## Task requirements
Beneath this line are the data; copy exactly the part of them that opens with the line containing "#159=CIRCLE('',#38,9.333333);" and closes with the line containing "#217=PLANE('',#216);", and only that part.

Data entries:
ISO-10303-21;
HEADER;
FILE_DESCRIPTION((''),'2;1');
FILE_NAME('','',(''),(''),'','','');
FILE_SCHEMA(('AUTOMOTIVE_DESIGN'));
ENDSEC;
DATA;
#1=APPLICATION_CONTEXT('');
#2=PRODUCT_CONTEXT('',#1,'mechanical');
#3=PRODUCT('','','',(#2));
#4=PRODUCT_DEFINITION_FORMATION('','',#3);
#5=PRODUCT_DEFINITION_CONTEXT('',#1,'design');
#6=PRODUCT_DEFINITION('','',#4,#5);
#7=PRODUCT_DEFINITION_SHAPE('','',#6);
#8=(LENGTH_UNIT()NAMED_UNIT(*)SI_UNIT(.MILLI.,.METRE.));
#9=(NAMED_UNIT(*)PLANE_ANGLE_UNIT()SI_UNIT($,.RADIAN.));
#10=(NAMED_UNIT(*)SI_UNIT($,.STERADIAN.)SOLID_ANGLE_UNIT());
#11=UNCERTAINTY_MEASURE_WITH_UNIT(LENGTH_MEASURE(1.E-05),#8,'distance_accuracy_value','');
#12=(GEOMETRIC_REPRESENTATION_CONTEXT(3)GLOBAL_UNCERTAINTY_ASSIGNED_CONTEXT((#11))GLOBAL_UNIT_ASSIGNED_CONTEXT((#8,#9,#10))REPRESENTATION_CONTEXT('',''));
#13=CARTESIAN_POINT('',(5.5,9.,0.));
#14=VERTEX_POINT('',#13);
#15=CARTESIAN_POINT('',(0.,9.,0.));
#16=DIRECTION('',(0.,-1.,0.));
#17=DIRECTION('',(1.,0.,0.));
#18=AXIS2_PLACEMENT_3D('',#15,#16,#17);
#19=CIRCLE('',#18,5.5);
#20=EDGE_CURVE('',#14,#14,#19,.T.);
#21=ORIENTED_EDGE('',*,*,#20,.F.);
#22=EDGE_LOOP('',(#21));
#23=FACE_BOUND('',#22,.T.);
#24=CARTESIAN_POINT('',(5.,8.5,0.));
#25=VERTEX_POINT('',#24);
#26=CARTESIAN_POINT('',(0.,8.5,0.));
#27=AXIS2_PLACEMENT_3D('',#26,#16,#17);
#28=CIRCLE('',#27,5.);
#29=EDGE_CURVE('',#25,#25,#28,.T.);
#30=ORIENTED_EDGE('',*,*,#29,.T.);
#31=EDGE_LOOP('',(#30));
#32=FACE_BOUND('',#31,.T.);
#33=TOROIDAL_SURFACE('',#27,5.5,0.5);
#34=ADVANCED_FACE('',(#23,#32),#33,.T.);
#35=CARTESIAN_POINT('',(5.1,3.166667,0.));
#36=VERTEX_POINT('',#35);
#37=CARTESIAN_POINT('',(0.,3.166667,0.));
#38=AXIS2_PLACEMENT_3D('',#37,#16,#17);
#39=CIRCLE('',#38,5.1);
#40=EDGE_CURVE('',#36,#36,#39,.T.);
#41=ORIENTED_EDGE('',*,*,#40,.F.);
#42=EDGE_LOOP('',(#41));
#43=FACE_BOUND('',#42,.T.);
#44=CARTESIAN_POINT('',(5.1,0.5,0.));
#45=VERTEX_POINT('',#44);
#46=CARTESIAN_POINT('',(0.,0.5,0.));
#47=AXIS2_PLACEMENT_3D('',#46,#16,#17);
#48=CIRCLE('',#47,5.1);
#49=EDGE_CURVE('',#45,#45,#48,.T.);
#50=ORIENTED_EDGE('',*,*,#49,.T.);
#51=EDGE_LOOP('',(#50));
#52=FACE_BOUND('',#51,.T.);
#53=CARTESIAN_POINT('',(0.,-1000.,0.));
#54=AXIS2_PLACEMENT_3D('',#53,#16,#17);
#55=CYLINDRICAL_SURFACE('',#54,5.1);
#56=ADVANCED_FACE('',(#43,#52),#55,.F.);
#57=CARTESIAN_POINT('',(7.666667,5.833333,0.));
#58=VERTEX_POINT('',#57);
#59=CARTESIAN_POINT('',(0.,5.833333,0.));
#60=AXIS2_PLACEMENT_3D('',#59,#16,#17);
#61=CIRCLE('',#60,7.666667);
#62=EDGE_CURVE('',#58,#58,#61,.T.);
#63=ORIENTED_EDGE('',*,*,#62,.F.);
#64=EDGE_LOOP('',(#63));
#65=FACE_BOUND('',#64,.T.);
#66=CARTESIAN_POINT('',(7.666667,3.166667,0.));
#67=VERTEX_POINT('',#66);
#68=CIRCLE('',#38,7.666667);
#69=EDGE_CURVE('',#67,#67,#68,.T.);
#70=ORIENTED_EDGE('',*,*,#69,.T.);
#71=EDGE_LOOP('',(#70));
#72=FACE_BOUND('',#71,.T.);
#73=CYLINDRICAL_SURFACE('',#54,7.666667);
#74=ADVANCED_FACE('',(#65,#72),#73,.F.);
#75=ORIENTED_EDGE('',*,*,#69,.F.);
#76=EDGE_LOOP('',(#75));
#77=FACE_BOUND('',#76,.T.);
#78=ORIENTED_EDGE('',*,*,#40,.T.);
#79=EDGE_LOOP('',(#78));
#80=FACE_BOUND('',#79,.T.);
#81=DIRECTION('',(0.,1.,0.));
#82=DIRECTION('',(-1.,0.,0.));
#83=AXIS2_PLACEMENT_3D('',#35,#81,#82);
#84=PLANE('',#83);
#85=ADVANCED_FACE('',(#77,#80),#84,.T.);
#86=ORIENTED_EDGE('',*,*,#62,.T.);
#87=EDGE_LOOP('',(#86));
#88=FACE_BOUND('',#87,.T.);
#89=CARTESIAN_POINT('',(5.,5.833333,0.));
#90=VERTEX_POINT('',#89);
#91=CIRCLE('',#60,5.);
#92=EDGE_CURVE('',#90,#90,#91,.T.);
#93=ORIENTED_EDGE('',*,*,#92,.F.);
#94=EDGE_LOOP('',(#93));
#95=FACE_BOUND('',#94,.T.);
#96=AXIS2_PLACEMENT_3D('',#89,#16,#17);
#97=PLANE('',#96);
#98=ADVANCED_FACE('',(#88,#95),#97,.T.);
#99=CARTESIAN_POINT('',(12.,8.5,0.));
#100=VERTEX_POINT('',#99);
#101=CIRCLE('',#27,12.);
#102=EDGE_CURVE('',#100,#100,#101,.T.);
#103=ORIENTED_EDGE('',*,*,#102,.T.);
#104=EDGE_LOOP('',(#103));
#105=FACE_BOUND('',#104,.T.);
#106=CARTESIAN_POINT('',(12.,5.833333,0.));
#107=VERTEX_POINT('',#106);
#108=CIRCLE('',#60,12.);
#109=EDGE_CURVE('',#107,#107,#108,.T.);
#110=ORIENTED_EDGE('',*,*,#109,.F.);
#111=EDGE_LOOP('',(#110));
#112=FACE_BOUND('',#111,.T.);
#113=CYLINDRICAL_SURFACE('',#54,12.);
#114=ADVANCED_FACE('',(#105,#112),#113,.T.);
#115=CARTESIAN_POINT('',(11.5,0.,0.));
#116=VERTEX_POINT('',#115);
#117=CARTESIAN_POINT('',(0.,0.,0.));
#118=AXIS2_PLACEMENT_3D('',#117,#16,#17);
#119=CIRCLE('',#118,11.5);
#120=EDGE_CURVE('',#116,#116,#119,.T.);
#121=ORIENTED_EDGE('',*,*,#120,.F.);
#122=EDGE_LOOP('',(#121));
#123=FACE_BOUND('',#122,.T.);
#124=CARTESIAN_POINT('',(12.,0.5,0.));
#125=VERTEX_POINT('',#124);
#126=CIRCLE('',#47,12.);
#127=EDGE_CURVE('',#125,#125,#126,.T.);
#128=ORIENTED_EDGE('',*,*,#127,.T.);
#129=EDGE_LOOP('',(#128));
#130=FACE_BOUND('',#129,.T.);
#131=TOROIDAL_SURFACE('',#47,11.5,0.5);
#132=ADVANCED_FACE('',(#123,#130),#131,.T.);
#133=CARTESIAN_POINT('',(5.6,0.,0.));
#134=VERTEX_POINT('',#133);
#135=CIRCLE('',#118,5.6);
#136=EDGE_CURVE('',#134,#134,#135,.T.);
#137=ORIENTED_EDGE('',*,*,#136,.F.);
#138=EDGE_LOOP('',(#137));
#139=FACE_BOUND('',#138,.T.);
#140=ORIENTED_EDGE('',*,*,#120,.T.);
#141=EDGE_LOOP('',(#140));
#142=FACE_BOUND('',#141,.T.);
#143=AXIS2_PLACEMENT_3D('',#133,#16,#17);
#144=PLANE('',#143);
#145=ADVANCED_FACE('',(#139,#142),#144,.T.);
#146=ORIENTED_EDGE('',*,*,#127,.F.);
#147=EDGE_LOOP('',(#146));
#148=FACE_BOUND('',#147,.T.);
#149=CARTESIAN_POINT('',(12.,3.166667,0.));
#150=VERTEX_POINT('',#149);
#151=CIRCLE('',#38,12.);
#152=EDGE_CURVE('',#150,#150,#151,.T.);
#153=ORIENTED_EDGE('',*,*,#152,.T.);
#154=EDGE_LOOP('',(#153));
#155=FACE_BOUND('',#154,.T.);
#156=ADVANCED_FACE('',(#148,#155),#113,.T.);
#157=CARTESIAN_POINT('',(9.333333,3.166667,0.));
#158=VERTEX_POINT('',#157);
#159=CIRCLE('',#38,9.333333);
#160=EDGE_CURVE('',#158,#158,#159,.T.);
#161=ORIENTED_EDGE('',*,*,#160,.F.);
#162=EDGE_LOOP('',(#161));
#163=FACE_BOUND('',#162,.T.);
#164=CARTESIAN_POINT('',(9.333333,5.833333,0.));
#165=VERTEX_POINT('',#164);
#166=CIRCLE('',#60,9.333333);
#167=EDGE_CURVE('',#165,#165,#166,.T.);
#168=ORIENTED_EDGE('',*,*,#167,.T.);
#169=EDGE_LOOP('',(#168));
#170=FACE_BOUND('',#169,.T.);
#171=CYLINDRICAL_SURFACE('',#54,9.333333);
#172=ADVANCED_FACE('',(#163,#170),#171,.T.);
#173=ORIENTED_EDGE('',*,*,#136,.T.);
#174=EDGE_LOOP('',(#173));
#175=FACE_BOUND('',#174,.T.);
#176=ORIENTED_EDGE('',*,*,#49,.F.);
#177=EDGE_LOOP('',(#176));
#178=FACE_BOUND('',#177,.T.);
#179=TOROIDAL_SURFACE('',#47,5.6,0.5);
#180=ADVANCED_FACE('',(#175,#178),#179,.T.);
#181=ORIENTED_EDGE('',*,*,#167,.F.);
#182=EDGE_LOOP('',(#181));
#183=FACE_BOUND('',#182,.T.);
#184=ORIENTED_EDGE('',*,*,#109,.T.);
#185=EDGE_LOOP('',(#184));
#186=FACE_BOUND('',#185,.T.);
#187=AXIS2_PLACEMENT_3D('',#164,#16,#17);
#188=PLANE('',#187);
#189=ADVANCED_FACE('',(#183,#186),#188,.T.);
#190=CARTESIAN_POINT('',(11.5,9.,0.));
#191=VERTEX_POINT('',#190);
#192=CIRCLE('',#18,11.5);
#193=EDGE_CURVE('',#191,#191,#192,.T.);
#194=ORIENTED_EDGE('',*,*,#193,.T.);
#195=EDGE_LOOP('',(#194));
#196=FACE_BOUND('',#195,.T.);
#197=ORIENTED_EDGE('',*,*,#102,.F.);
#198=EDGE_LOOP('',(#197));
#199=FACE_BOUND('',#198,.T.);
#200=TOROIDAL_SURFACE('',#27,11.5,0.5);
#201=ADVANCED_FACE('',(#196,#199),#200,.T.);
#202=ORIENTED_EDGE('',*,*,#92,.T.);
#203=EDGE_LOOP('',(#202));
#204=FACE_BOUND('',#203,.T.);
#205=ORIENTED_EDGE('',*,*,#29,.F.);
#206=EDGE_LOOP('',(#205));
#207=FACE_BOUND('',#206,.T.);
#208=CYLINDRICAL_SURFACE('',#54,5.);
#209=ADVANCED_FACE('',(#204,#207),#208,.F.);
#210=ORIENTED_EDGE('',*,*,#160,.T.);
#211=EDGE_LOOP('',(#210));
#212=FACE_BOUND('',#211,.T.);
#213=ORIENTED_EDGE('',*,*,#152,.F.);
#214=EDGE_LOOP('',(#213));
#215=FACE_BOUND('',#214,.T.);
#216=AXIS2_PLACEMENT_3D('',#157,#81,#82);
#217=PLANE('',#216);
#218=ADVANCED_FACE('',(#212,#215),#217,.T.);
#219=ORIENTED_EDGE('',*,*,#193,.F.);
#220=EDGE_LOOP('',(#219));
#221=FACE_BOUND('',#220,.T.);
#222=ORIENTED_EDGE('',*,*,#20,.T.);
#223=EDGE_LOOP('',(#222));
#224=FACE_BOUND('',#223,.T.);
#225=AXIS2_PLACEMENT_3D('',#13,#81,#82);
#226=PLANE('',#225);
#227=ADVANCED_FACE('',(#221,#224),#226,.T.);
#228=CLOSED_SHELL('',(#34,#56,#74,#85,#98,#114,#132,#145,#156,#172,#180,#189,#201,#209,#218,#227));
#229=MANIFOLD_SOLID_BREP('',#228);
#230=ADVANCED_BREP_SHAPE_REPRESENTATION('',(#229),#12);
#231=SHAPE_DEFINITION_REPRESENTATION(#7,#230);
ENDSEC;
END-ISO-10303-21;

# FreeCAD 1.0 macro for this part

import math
import FreeCAD as App
import Part
import Sketcher
from FreeCAD import Vector
Q = App.Units.Quantity

doc = App.newDocument("Part")
body = doc.addObject("PartDesign::Body", "Body")

sketch1 = body.newObject("Sketcher::SketchObject", "Sketch")
sketch1.AttachmentSupport = (doc.getObject("XY_Plane"), [""])
sketch1.MapMode = "FlatFace"
sketch1.addGeometry(Part.LineSegment(Vector(7.666667, 3.166667, 0), Vector(5.1, 3.166667, 0)), False)
sketch1.addGeometry(Part.LineSegment(Vector(5.1, 3.166667, 0), Vector(5.1, 0.5, 0)), False)
sketch1.addGeometry(Part.ArcOfCircle(Part.Circle(Vector(5.6, 0.5, 0), Vector(0, 0, 1), 0.5), math.radians(180), math.radians(270)), False)
sketch1.addGeometry(Part.LineSegment(Vector(5.6, 0, 0), Vector(11.5, 0, 0)), False)
sketch1.addGeometry(Part.ArcOfCircle(Part.Circle(Vector(11.5, 0.5, 0), Vector(0, 0, 1), 0.5), math.radians(-90), math.radians(0)), False)
sketch1.addGeometry(Part.LineSegment(Vector(12, 0.5, 0), Vector(12, 3.166667, 0)), False)
sketch1.addGeometry(Part.LineSegment(Vector(12, 3.166667, 0), Vector(9.333333, 3.166667, 0)), False)
sketch1.addGeometry(Part.LineSegment(Vector(9.333333, 3.166667, 0), Vector(9.333333, 5.833333, 0)), False)
sketch1.addGeometry(Part.LineSegment(Vector(9.333333, 5.833333, 0), Vector(12, 5.833333, 0)), False)
sketch1.addGeometry(Part.LineSegment(Vector(12, 5.833333, 0), Vector(12, 8.5, 0)), False)
sketch1.addGeometry(Part.ArcOfCircle(Part.Circle(Vector(11.5, 8.5, 0), Vector(0, 0, 1), 0.5), math.radians(0), math.radians(90)), False)
sketch1.addGeometry(Part.LineSegment(Vector(11.5, 9, 0), Vector(5.5, 9, 0)), False)
sketch1.addGeometry(Part.ArcOfCircle(Part.Circle(Vector(5.5, 8.5, 0), Vector(0, 0, 1), 0.5), math.radians(90), math.radians(180)), False)
sketch1.addGeometry(Part.LineSegment(Vector(5, 8.5, 0), Vector(5, 5.833333, 0)), False)
sketch1.addGeometry(Part.LineSegment(Vector(5, 5.833333, 0), Vector(7.666667, 5.833333, 0)), False)
sketch1.addGeometry(Part.LineSegment(Vector(7.666667, 5.833333, 0), Vector(7.666667, 3.166667, 0)), False)
sketch1.addConstraint(Sketcher.Constraint("Coincident", 0, 2, 1, 1))
sketch1.addConstraint(Sketcher.Constraint("Tangent", 1, 2, 2, 1))
sketch1.addConstraint(Sketcher.Constraint("Tangent", 2, 2, 3, 1))
sketch1.addConstraint(Sketcher.Constraint("Tangent", 3, 2, 4, 1))
sketch1.addConstraint(Sketcher.Constraint("Tangent", 4, 2, 5, 1))
sketch1.addConstraint(Sketcher.Constraint("Coincident", 5, 2, 6, 1))
sketch1.addConstraint(Sketcher.Constraint("Coincident", 6, 2, 7, 1))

## Task response
#159=CIRCLE('',#38,9.333333);
#160=EDGE_CURVE('',#158,#158,#159,.T.);
#161=ORIENTED_EDGE('',*,*,#160,.F.);
#162=EDGE_LOOP('',(#161));
#163=FACE_BOUND('',#162,.T.);
#164=CARTESIAN_POINT('',(9.333333,5.833333,0.));
#165=VERTEX_POINT('',#164);
#166=CIRCLE('',#60,9.333333);
#167=EDGE_CURVE('',#165,#165,#166,.T.);
#168=ORIENTED_EDGE('',*,*,#167,.T.);
#169=EDGE_LOOP('',(#168));
#170=FACE_BOUND('',#169,.T.);
#171=CYLINDRICAL_SURFACE('',#54,9.333333);
#172=ADVANCED_FACE('',(#163,#170),#171,.T.);
#173=ORIENTED_EDGE('',*,*,#136,.T.);
#174=EDGE_LOOP('',(#173));
#175=FACE_BOUND('',#174,.T.);
#176=ORIENTED_EDGE('',*,*,#49,.F.);
#177=EDGE_LOOP('',(#176));
#178=FACE_BOUND('',#177,.T.);
#179=TOROIDAL_SURFACE('',#47,5.6,0.5);
#180=ADVANCED_FACE('',(#175,#178),#179,.T.);
#181=ORIENTED_EDGE('',*,*,#167,.F.);
#182=EDGE_LOOP('',(#181));
#183=FACE_BOUND('',#182,.T.);
#184=ORIENTED_EDGE('',*,*,#109,.T.);
#185=EDGE_LOOP('',(#184));
#186=FACE_BOUND('',#185,.T.);
#187=AXIS2_PLACEMENT_3D('',#164,#16,#17);
#188=PLANE('',#187);
#189=ADVANCED_FACE('',(#183,#186),#188,.T.);
#190=CARTESIAN_POINT('',(11.5,9.,0.));
#191=VERTEX_POINT('',#190);
#192=CIRCLE('',#18,11.5);
#193=EDGE_CURVE('',#191,#191,#192,.T.);
#194=ORIENTED_EDGE('',*,*,#193,.T.);
#195=EDGE_LOOP('',(#194));
#196=FACE_BOUND('',#195,.T.);
#197=ORIENTED_EDGE('',*,*,#102,.F.);
#198=EDGE_LOOP('',(#197));
#199=FACE_BOUND('',#198,.T.);
#200=TOROIDAL_SURFACE('',#27,11.5,0.5);
#201=ADVANCED_FACE('',(#196,#199),#200,.T.);
#202=ORIENTED_EDGE('',*,*,#92,.T.);
#203=EDGE_LOOP('',(#202));
#204=FACE_BOUND('',#203,.T.);
#205=ORIENTED_EDGE('',*,*,#29,.F.);
#206=EDGE_LOOP('',(#205));
#207=FACE_BOUND('',#206,.T.);
#208=CYLINDRICAL_SURFACE('',#54,5.);
#209=ADVANCED_FACE('',(#204,#207),#208,.F.);
#210=ORIENTED_EDGE('',*,*,#160,.T.);
#211=EDGE_LOOP('',(#210));
#212=FACE_BOUND('',#211,.T.);
#213=ORIENTED_EDGE('',*,*,#152,.F.);
#214=EDGE_LOOP('',(#213));
#215=FACE_BOUND('',#214,.T.);
#216=AXIS2_PLACEMENT_3D('',#157,#81,#82);
#217=PLANE('',#216);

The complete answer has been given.